Sabemos que este é apenas o primeiro julgamento e que ainda há outras pessoas que precisarão responder pelo crime. Hoje estamos julgando quem executou o homicídio, alguém que foi contratado para matar. Ainda há um longo caminho pela frente, mas essa decisão nos dá a esperança de que todos os responsáveis também serão levados à Justiça”, afirmou. Primeira testemunha a depor no julgamento, a filha do advogado se emocionou ao relembrar a trajetória do pai e os momentos vividos após o atentado. Ela contou que encontrou Renato Nery agonizando em frente ao escritório onde trabalhava, logo depois de ele ser baleado.
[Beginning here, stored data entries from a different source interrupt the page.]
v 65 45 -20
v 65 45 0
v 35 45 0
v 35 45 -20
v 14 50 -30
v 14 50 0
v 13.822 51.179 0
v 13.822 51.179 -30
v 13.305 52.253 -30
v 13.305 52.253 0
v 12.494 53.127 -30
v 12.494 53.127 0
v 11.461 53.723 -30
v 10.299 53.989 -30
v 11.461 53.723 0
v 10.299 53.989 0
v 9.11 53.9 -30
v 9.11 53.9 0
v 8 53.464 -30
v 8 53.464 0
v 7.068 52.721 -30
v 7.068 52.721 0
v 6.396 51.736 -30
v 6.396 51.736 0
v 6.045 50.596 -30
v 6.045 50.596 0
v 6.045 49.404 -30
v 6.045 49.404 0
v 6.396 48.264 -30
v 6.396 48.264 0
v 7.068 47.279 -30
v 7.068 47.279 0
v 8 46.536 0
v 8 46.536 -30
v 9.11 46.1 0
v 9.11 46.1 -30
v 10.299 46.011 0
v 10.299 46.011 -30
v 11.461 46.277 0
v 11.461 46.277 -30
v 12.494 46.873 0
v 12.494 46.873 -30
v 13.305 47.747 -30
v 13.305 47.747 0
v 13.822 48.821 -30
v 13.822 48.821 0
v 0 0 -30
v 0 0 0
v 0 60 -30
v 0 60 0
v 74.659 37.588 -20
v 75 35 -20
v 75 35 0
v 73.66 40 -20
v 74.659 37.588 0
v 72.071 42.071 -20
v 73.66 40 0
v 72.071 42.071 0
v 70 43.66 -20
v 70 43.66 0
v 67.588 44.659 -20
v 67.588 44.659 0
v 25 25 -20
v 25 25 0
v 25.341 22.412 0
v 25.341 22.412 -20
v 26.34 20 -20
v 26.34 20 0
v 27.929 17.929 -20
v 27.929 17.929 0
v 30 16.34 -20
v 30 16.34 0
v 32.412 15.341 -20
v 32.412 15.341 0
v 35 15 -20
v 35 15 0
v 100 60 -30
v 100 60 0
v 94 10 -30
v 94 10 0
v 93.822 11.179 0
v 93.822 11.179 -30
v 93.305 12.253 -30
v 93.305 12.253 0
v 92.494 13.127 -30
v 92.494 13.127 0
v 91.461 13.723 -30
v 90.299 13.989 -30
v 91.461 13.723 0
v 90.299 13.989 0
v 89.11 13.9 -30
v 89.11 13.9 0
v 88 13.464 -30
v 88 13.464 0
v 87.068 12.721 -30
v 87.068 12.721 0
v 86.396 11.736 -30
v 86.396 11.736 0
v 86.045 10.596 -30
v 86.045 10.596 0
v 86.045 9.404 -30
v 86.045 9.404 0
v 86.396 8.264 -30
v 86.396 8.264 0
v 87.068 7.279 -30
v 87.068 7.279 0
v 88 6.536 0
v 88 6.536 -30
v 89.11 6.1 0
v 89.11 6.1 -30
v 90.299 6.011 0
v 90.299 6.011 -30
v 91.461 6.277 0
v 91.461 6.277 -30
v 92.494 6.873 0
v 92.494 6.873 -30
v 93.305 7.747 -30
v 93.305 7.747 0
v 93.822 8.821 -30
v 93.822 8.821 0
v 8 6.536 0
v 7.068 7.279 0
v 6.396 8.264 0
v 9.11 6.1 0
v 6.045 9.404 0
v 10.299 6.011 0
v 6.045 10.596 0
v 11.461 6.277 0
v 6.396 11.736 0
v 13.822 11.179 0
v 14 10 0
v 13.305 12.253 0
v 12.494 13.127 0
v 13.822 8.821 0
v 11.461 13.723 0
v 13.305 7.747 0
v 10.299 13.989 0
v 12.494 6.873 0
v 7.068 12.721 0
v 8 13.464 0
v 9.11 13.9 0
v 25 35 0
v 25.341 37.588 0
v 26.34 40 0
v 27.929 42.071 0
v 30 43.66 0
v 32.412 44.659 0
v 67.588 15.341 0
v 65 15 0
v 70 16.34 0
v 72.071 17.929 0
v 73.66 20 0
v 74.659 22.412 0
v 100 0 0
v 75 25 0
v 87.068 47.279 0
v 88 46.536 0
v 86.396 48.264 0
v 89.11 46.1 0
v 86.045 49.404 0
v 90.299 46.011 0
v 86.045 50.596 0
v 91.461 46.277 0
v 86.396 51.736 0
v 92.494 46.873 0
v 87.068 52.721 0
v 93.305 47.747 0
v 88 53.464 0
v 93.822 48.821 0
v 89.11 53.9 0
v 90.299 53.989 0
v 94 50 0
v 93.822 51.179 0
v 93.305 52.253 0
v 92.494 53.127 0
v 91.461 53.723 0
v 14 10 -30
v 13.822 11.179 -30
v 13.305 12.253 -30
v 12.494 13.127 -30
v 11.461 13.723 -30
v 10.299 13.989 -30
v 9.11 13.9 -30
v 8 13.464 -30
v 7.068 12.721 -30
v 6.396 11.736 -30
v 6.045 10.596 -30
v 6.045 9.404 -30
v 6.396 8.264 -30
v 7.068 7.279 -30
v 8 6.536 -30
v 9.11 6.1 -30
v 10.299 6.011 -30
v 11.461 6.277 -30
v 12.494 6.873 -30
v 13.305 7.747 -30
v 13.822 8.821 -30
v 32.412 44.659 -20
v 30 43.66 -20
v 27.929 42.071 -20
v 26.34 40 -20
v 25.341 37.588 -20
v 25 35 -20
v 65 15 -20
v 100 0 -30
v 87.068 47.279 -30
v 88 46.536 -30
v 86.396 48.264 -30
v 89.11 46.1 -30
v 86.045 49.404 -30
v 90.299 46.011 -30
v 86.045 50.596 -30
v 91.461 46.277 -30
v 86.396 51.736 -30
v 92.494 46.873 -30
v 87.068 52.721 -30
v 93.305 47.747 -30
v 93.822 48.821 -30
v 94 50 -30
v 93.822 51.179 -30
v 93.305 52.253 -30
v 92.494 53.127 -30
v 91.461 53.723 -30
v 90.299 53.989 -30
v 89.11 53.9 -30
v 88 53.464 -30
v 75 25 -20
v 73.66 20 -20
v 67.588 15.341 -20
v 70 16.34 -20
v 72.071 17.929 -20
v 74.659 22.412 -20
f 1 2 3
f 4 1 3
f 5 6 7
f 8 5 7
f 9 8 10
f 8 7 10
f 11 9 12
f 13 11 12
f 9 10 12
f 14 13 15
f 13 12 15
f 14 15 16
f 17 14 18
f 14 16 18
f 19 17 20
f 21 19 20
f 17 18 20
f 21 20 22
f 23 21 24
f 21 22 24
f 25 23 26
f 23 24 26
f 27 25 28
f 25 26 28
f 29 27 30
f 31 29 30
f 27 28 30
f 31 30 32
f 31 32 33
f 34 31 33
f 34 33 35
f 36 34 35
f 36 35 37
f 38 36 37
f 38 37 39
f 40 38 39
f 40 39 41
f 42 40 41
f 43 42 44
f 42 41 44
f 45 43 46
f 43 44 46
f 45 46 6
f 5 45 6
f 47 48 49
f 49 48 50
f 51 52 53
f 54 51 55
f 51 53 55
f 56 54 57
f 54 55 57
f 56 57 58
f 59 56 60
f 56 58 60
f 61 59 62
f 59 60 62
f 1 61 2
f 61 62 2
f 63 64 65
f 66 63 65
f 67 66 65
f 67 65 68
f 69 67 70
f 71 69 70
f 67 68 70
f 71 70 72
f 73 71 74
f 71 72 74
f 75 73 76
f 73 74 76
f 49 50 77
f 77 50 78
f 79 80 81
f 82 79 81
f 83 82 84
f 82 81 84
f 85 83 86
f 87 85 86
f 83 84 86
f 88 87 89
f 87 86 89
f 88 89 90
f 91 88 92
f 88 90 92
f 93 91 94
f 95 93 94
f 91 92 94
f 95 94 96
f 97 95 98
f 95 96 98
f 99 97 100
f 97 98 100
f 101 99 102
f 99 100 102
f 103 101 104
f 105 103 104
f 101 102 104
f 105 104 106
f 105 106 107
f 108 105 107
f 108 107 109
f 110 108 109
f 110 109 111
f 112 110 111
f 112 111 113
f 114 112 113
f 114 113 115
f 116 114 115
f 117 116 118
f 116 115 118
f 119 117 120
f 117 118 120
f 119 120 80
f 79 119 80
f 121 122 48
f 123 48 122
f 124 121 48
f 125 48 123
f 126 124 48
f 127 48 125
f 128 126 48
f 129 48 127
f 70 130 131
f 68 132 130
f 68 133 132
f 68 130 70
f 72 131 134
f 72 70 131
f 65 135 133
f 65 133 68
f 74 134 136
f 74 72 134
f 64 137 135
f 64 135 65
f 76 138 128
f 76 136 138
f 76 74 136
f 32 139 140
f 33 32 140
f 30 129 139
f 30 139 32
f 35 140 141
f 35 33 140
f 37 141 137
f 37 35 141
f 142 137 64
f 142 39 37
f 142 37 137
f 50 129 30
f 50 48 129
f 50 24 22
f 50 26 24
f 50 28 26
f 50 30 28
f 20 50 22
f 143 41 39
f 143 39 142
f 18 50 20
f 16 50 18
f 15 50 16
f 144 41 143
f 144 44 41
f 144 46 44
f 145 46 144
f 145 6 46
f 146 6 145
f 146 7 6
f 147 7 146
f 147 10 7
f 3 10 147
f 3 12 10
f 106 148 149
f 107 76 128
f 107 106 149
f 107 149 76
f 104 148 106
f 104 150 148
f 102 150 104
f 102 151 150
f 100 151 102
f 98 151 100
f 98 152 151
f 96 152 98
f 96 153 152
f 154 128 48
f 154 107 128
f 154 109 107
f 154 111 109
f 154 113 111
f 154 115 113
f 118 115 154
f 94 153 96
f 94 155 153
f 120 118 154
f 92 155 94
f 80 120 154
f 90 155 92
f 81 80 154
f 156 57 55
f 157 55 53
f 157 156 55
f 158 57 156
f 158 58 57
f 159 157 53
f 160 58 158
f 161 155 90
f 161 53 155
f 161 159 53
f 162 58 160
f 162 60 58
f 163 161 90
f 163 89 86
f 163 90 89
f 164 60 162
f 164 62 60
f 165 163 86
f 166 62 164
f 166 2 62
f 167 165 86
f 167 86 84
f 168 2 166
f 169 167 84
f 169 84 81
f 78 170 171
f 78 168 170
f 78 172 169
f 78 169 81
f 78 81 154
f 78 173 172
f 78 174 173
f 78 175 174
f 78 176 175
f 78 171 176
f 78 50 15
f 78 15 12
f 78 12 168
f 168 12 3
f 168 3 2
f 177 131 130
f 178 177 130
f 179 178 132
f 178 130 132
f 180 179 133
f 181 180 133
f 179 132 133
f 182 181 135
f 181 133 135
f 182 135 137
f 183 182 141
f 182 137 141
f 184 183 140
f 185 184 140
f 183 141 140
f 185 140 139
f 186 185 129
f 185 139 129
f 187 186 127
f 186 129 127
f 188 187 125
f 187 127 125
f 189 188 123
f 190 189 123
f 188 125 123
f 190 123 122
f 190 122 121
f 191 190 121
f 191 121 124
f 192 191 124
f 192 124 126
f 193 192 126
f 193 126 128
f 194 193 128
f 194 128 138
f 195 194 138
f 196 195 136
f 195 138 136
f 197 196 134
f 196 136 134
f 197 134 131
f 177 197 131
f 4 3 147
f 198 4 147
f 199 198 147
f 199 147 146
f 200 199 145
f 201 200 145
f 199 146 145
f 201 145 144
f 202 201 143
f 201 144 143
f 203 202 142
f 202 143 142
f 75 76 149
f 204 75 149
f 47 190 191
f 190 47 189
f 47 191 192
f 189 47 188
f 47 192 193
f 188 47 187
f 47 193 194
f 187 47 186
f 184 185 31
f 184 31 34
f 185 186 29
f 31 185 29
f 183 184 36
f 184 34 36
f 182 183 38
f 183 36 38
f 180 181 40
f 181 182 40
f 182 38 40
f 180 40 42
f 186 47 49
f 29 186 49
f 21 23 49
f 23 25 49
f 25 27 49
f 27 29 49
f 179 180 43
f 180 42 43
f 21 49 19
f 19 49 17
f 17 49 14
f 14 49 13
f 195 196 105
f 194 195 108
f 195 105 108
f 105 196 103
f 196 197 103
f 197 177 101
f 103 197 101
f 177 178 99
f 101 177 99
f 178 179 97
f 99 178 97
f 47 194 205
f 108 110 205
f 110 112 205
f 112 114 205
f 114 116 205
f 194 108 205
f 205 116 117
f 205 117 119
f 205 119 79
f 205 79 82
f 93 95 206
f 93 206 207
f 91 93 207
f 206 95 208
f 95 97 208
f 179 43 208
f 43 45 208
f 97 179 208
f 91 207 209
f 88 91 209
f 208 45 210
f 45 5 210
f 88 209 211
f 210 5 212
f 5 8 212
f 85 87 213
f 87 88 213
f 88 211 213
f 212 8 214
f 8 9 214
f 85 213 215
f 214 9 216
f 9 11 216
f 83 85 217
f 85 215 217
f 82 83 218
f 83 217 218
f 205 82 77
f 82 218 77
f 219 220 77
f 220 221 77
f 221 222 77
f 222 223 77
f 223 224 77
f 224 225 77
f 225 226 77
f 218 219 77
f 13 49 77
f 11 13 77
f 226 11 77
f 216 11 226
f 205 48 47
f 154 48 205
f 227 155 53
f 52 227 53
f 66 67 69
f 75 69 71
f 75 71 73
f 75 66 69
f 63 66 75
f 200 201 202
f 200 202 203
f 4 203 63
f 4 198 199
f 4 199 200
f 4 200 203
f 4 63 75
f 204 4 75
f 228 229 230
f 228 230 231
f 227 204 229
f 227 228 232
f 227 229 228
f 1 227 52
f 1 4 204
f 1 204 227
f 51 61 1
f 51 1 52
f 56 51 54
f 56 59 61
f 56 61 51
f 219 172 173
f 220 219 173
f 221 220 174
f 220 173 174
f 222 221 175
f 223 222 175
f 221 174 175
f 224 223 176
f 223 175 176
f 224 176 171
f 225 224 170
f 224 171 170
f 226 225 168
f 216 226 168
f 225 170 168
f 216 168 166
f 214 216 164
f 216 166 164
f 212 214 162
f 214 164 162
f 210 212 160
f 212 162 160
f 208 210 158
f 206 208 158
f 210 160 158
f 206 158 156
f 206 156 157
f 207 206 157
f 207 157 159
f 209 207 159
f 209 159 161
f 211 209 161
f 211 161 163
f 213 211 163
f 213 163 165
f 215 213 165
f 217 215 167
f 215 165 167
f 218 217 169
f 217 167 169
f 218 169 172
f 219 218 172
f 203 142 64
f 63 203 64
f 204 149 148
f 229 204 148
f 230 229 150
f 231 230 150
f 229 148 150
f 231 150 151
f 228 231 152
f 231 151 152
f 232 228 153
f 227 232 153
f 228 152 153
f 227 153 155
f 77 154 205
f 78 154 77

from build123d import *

# Parameters (mm, degrees)
ESBO_O1_W       = 100
ESBO_O1_H       = 60
ESBO_O1_R       = 4
EXTRUS_O2_DEPTH = 30
EXTRUS_O3_DEPTH = 20


with BuildPart() as part:
    # Esbo_o1 → Extrus_o2 (new body)
    with BuildSketch(Plane.XY):
        with Locations((50, 30)):
            Rectangle(ESBO_O1_W, ESBO_O1_H)
        with Locations((90, 10)):
            Circle(ESBO_O1_R, mode=Mode.SUBTRACT)
        with Locations((10, 10)):
            Circle(ESBO_O1_R, mode=Mode.SUBTRACT)
        with Locations((10, 50)):
            Circle(ESBO_O1_R, mode=Mode.SUBTRACT)
        with Locations((90, 50)):
            Circle(ESBO_O1_R, mode=Mode.SUBTRACT)
        with BuildLine():
            ThreePointArc((25, 25), (27.928932188, 17.928932188), (35, 15))
            Line((35, 15), (65, 15))
            ThreePointArc((65, 15), (72.071067812, 17.928932188), (75, 25))
            Line((75, 25), (75, 35))
            ThreePointArc((75, 35), (72.071067812, 42.071067812), (65, 45))
            Line((65, 45), (35, 45))
            ThreePointArc((35, 45), (27.928932188, 42.071067812), (25, 35))
            Line((25, 35), (25, 25))
        make_face(mode=Mode.SUBTRACT)
        with BuildLine():
            Line((25, 35), (25, 25))
            ThreePointArc((25, 25), (27.928932188, 17.928932188), (35, 15))
            Line((35, 15), (65, 15))
            ThreePointArc((65, 15), (72.071067812, 17.928932188), (75, 25))
            Line((75, 25), (75, 35))
            ThreePointArc((75, 35), (72.071067812, 42.071067812), (65, 45))
            Line((65, 45), (35, 45))
            ThreePointArc((35, 45), (27.928932188, 42.071067812), (25, 35))
        make_face()
    extrude(amount=-EXTRUS_O2_DEPTH)

    # Esbo_o1_4 → Extrus_o3 (cut)
    with BuildSketch(Plane.XY):
        with BuildLine():
            Line((25, 35), (25, 25))
            ThreePointArc((25, 25), (27.928932188, 17.928932188), (35, 15))
            Line((35, 15), (65, 15))
            ThreePointArc((65, 15), (72.071067812, 17.928932188), (75, 25))
            Line((75, 25), (75, 35))
            ThreePointArc((75, 35), (72.071067812, 42.071067812), (65, 45))
            Line((65, 45), (35, 45))
            ThreePointArc((35, 45), (27.928932188, 42.071067812), (25, 35))
        make_face()
    extrude(amount=-EXTRUS_O3_DEPTH, mode=Mode.SUBTRACT)


solid = part.part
Ao falar sobre o acusado, Lívia disse não ter identificado qualquer demonstração de arrependimento ao longo do processo. “A gente não vê nenhum sinal de peso na consciência pelo que foi feito com o meu pai”, declarou. Também prestou depoimento o delegado Bruno Abreu, responsável pela investigação. Ele detalhou a dinâmica do crime e afirmou que Alex conhecia a região onde ocorreu o homicídio, escolhendo um ponto estratégico para agir, próximo a uma câmera de monitoramento que estava inoperante.